Kim CH , Kye BH , Lee JI , Kim SH , Kim HJ , Kang WK , Oh ST .
Department of Surgery, The Catholic University of Korea School of Medicine, Seoul, Korea. stoh@catholic.ac.kr
Abstract

PURPOSE: Tumors of the small bowel are rare, accounting for about 3-6% of all gastrointestinal neoplasms, though they cover more than 90% of the intestinal surface. However, diagnosis and treatment are difficult and present an ongoing challenge for both gastrointestinal surgeons and gastroenterologists. The aim of this study was to investigate the clinical features of small bowel tumors. METHODS: Between November 1994 and November 2007, 81 patients underwent treatments for primary tumors in the jejuno-ileal region at the Department of Surgery, Kangnam St. Mary's Hospital, the Catholic University of Korea. A retrospective review of the patients' characteristics and variable tumor factors was performed. RESULTS: The mean age of the patients was 53.2 years with 48 men and 33 women. The most common symptom was abdominal pain (59.3%), followed by bleeding (22.2%) and an abdominal mass (6.2%). We found that the patients with ileal tumors complained mainly of abdominal pain (72.9%) whereas the patients with jejunal tumors presented with gastrointestinal bleeding (36.4%) (P = 0.048).
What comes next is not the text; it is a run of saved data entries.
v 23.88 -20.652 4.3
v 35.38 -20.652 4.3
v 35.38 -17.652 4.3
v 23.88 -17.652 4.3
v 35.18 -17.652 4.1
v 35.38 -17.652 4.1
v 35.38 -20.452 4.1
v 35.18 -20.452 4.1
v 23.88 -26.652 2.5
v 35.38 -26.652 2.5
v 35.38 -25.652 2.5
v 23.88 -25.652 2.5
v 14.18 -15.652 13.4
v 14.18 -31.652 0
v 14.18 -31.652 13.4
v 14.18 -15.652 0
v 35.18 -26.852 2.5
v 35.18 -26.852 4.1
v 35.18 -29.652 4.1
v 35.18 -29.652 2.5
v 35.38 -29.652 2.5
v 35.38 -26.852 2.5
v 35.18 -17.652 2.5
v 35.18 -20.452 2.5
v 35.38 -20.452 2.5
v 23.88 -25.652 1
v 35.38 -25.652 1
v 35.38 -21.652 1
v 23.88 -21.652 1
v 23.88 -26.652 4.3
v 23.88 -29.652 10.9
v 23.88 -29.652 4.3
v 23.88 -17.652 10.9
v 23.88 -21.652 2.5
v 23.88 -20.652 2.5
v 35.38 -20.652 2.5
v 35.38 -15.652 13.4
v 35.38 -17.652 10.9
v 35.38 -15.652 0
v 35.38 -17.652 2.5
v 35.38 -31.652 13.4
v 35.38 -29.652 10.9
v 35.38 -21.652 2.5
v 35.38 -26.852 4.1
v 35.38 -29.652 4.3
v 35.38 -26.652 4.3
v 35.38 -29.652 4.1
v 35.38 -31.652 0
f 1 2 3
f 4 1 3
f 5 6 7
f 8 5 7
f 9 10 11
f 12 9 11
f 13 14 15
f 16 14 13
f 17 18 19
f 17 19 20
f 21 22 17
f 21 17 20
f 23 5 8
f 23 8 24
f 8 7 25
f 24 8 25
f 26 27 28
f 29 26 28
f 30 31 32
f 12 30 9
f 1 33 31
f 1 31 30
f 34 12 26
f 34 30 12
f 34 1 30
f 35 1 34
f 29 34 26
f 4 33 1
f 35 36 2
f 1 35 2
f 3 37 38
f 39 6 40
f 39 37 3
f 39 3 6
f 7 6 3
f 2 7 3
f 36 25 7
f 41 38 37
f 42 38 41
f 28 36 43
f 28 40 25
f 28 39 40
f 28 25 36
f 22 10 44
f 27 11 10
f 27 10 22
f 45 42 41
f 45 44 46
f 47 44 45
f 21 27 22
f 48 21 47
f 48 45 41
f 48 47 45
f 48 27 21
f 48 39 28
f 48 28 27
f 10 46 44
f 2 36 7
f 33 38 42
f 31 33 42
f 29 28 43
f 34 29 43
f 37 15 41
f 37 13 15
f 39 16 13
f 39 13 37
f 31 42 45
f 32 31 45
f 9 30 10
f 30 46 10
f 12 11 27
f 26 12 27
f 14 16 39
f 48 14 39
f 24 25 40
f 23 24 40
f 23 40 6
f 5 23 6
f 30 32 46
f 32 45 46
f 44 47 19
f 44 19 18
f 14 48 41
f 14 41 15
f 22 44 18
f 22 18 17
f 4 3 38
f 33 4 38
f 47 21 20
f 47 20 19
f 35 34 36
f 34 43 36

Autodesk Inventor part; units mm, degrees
ref_plane "YZ Plane" through (0, 0, 0) normal (1, 0, 0) x (0, 1, 0)
ref_plane "XZ Plane" through (0, 0, 0) normal (0, 1, 0) x (-1, 0, 0)
ref_plane "XY Plane" through (0, 0, 0) normal (0, 0, 1) x (1, 0, 0)
ref_plane "Work Plane1" through (0, 0, 0) normal (0, 0, 1) x (1, 0, 0)
sketch "Sketch1" plane through (0, 0, 0) normal (0, 0, 1) x (1, 0, 0)
  line L0 (14.1799, -15.6518) -> (35.3799, -15.6518)
  line L1 (35.3799, -15.6518) -> (35.3799, -31.6518)
  line L2 (35.3799, -31.6518) -> (14.1799, -31.6518)
  line L3 (14.1799, -31.6518) -> (14.1799, -15.6518)
  point P0 (0, 0)
  dimension "d0" = 21.2
  dimension "d2" = 16
extrude "Extrusion1" add sketch "Sketch1" along normal blind 13.4
sketch "Sketch2" plane through (35.3799, -31.6518, 0) normal (1, 0, 0) x (0, 0, -1)
  line L0 (0, 16) -> (0, 0) projected
  line L1 (0, 16) -> (-13.4, 16) projected
  line L2 (-13.4, 0) -> (-13.4, 16) projected
  line L3 (0, 0) -> (-13.4, 0) projected
  line L4 (-10.9, 2) -> (-4.3, 2)
  line L5 (-4.3, 2) -> (-4.3, 5)
  line L6 (-4.3, 5) -> (-2.5, 5)
  line L7 (-2.5, 5) -> (-2.5, 6)
  line L8 (-2.5, 6) -> (-1, 6)
  line L9 (-1, 6) -> (-1, 10)
  line L10 (-1, 10) -> (-2.5, 10)
  line L11 (-2.5, 10) -> (-2.5, 11)
  line L12 (-2.5, 11) -> (-4.3, 11)
  line L13 (-4.3, 11) -> (-4.3, 14)
  line L14 (-4.3, 14) -> (-10.9, 14)
  line L15 (-10.9, 14) -> (-10.9, 2)
  point P0 (0, 31.6518)
  dimension "d5" = 2
  dimension "d6" = 2
  dimension "d7" = 2.5
  dimension "d8" = 5
  dimension "d9" = 6
  dimension "d10" = 1
  dimension "d11" = 2.5
  dimension "d12" = 4.3
extrude "Extrusion2" cut sketch "Sketch2" against normal blind 11.5 contours L15 L14 L13 L12 L11 L10 L9 L8 L7 L6 L5 L4
sketch "Sketch3" plane through (35.3799, -31.6518, 0) normal (1, 0, 0) x (0, 0, -1)
  line L0 (-4.3, 5) -> (-4.3, 2) projected
  line L1 (-4.3, 2) -> (-10.9, 2) projected
  line L2 (-10.9, 14) -> (-4.3, 14) projected
  line L3 (-4.3, 14) -> (-4.3, 11) projected
  line L4 (-4.3, 11) -> (-2.5, 11) projected
  line L5 (-2.5, 5) -> (-4.3, 5) projected
  line L6 (-4.1, 4.8) -> (-2.5, 4.8)
  line L7 (-2.5, 4.8) -> (-2.5, 2)
  line L8 (-2.5, 2) -> (-4.1, 2)
  line L9 (-4.1, 2) -> (-4.1, 4.8)
  line L10 (-4.1, 11.2) -> (-2.5, 11.2)
  line L11 (-2.5, 11.2) -> (-2.5, 14)
  line L12 (-2.5, 14) -> (-4.1, 14)
  line L13 (-4.1, 14) -> (-4.1, 11.2)
  point P0 (0, 31.6518)
  dimension "d15" = 0.2
  dimension "d16" = 0.2
  dimension "d17" = 0.2
  dimension "d18" = 0.2
extrude "Extrusion3" cut sketch "Sketch3" against normal blind 0.2
properties part number "nanopc_t4_rj45"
Seventy-six of the 81 patients (93.8%) had malignant tumors, including 40 (49.4%) gastrointestinal stromal tumors, 26 (32.1%) lymphomas and 5 (6.2%) adenocarcinomas. No postoperative mortalities were observed. The overall 5-year survival rate of the patients with malignant small bowel tumors was 31.8%. CONCLUSION: Because the clinical features of a primary tumor of the small bowel are obscure and its diagnosis is difficult, maintaining a high degree of suspicion and recognizing the possibility of a primary small bowel tumor are important.